Technically Feasible Robust Complementary SOT-MRAM Design for Improving the Area and Energy Efficiency

Spin-orbit torque magnetic random-access memory (SOT-MRAM), which exhibits sub-nanosecond write speed and high endurance, is a promising candidate for the future high-level cache. Nevertheless, SOT-MRAM faces challenge in meeting the high read performance requirements of cache applications due to the limited ON/OFF ratio. Consequently, extensive investigation has been conducted into robust complementary bit-cell (CBC) designs based on SOT-MRAM. However, previous designs suffer from significant technology feasibility, area and performance issues. In this paper, the feasibility and performance of the existing complementary write schemes are analyzed, and optimized U-type and toggle spin torque (TST) schemes with practicality and conciseness are presented.

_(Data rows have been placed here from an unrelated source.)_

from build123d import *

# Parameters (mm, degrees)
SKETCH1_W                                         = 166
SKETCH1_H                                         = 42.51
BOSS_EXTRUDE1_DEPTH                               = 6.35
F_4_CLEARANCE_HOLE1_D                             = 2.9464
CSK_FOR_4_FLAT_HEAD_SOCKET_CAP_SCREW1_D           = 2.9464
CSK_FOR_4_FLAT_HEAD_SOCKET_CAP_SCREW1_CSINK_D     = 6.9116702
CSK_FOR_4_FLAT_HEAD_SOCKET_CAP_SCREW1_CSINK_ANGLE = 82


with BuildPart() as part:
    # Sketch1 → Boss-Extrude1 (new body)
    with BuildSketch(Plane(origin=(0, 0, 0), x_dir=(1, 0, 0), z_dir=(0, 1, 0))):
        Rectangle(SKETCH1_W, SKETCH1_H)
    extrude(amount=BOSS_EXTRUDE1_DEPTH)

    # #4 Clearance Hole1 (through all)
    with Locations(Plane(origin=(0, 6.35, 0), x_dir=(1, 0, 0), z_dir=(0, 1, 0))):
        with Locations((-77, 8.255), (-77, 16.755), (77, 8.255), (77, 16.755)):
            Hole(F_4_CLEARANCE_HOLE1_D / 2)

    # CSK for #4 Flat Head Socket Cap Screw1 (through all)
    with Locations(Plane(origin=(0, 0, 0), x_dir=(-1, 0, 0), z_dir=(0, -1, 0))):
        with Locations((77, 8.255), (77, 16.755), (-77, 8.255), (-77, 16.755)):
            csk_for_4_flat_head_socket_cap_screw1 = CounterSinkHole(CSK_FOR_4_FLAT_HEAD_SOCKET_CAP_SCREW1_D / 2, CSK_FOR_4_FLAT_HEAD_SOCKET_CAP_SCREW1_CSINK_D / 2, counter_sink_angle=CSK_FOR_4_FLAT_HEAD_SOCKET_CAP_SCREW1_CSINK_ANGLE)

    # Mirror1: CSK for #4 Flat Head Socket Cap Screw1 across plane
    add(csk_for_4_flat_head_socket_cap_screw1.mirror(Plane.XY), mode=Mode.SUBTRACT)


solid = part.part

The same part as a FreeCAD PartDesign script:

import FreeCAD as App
import Part
import Sketcher
Q = App.Units.Quantity


def add_polygon(sketch, points):
    """Adds a closed chain of lines whose ends are joined by coincident constraints."""
    first, n = sketch.GeometryCount, len(points)
    for a, b in zip(points, points[1:] + points[:1]):
        sketch.addGeometry(Part.LineSegment(App.Vector(*a, 0), App.Vector(*b, 0)), False)
    for i in range(n):
        sketch.addConstraint(Sketcher.Constraint("Coincident", first + i, 2, first + (i + 1) % n, 1))

doc = App.newDocument("Part")
body = doc.addObject("PartDesign::Body", "Body")

# Sketch on XZ plane
sketch1 = body.newObject("Sketcher::SketchObject", "Sketch")
sketch1.AttachmentSupport = (doc.getObject("XZ_Plane"), [""])
sketch1.MapMode = "FlatFace"
add_polygon(sketch1, [(-83, -21), (-83, 21), (83, 21), (83, -21)])  # lines 0-3
sketch1.addConstraint(Sketcher.Constraint("Vertical", 0))
sketch1.addConstraint(Sketcher.Constraint("Horizontal", 1))
sketch1.addConstraint(Sketcher.Constraint("Vertical", 2))
sketch1.addConstraint(Sketcher.Constraint("Horizontal", 3))
sketch1.addConstraint(Sketcher.Constraint("Symmetric", 0, 2, 2, 2, -1, 1))
sketch1.addConstraint(Sketcher.Constraint("DistanceX", 1, 1, 1, 2, Q("166 mm")))
sketch1.addConstraint(Sketcher.Constraint("DistanceY", 0, 1, 0, 2, Q("42.51 mm")))
pad1 = body.newObject("PartDesign::Pad", "Pad")
pad1.Profile = sketch1
pad1.Length = Q("0.25 in")
pad1.Reversed = True

# Sketch on XZ plane
sketch2 = body.newObject("Sketcher::SketchObject", "Sketch001")
sketch2.AttachmentSupport = (doc.getObject("XZ_Plane"), [""])
sketch2.MapMode = "FlatFace"
sketch2.AttachmentOffset = App.Placement(App.Vector(0, 0, -0.25 * 25.4), App.Rotation())
sketch2.addGeometry(Part.Circle(App.Vector(-77, -8.3, 0), App.Vector(0, 0, 1), 1.5), False)
sketch2.addGeometry(Part.Circle(App.Vector(-77, -16.8, 0), App.Vector(0, 0, 1), 1.5), False)
sketch2.addGeometry(Part.Circle(App.Vector(77, -8.3, 0), App.Vector(0, 0, 1), 1.5), False)
sketch2.addGeometry(Part.Circle(App.Vector(77, -16.8, 0), App.Vector(0, 0, 1), 1.5), False)
sketch2.addConstraint(Sketcher.Constraint("Equal", 0, 1))
sketch2.addConstraint(Sketcher.Constraint("Equal", 1, 2))
sketch2.addConstraint(Sketcher.Constraint("Equal", 2, 3))
sketch2.addConstraint(Sketcher.Constraint("Symmetric", 0, 3, 2, 3, -2))
sketch2.addConstraint(Sketcher.Constraint("Symmetric", 1, 3, 3, 3, -2))
sketch2.addConstraint(Sketcher.Constraint("Vertical", 0, 3, 1, 3))
sketch2.addConstraint(Sketcher.Constraint("Diameter", 0, Q("0.116 in")))
sketch2.addConstraint(Sketcher.Constraint("DistanceY", 0, 3, -1, 1, Q("0.325 in")))
sketch2.addConstraint(Sketcher.Constraint("DistanceX", 0, 3, -1, 1, Q("77 mm")))
sketch2.addConstraint(Sketcher.Constraint("DistanceY", 1, 3, -1, 1, Q("16.755 mm")))
doc.recompute()
hole = body.newObject("PartDesign::Hole", "Hole")
hole.Profile = sketch2
hole.ThreadType = "None"
hole.Diameter = Q("0.116 in")
hole.DepthType = "ThroughAll"
hole.Reversed = True

# Sketch on XZ plane
sketch3 = body.newObject("Sketcher::SketchObject", "Sketch002")
sketch3.AttachmentSupport = (doc.getObject("XZ_Plane"), [""])
sketch3.MapMode = "FlatFace"
sketch3.addGeometry(Part.Circle(App.Vector(-77, -8.3, 0), App.Vector(0, 0, 1), 1.5), False)
sketch3.addGeometry(Part.Circle(App.Vector(-77, -16.8, 0), App.Vector(0, 0, 1), 1.5), False)
sketch3.addGeometry(Part.Circle(App.Vector(77, -8.3, 0), App.Vector(0, 0, 1), 1.5), False)
sketch3.addGeometry(Part.Circle(App.Vector(77, -16.8, 0), App.Vector(0, 0, 1), 1.5), False)
sketch3.addConstraint(Sketcher.Constraint("Equal", 0, 1))
sketch3.addConstraint(Sketcher.Constraint("Equal", 1, 2))
sketch3.addConstraint(Sketcher.Constraint("Equal", 2, 3))
sketch3.addConstraint(Sketcher.Constraint("Symmetric", 0, 3, 2, 3, -2))
sketch3.addConstraint(Sketcher.Constraint("Symmetric", 1, 3, 3, 3, -2))
sketch3.addConstraint(Sketcher.Constraint("Vertical", 0, 3, 1, 3))
sketch3.addConstraint(Sketcher.Constraint("Diameter", 0, Q("0.116 in")))
sketch3.addConstraint(Sketcher.Constraint("DistanceY", 0, 3, -1, 1, Q("0.325 in")))
sketch3.addConstraint(Sketcher.Constraint("DistanceX", 0, 3, -1, 1, Q("77 mm")))
sketch3.addConstraint(Sketcher.Constraint("DistanceY", 1, 3, -1, 1, Q("16.755 mm")))
doc.recompute()
hole2 = body.newObject("PartDesign::Hole", "Hole001")
hole2.Profile = sketch3
hole2.ThreadType = "None"
hole2.Diameter = Q("0.116 in")
hole2.DepthType = "ThroughAll"
hole2.HoleCutType = "Countersink"
hole2.HoleCutDiameter = 6.91167
hole2.HoleCutCountersinkAngle = 82
doc.recompute()

mirrored = body.newObject("PartDesign::Mirrored", "Mirrored")
mirrored.Originals = [hole2]
mirrored.MirrorPlane = (doc.getObject("XY_Plane"), [""])
body.Tip = mirrored

doc.recompute()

The previous CBC designs are evaluated and optimized in terms of circuit and layout, while the 1-word-line-3-bit-line (1WL3BL) CBC designs with both U-type and TST schemes are proposed, which can reduce the bit-cell area by 24.64%-27.54% and improve the write and read performance. In comparison to the conventional CBC design, the proposed 1WL3BL CBC design can reduce the write energy and read latency by up to 36.91% and 21.93%, respectively. Furthermore, the proposed low-voltage read scheme demonstrates the capability to enhance the read performance and conserve the read energy under the aggressive read-related process parameters.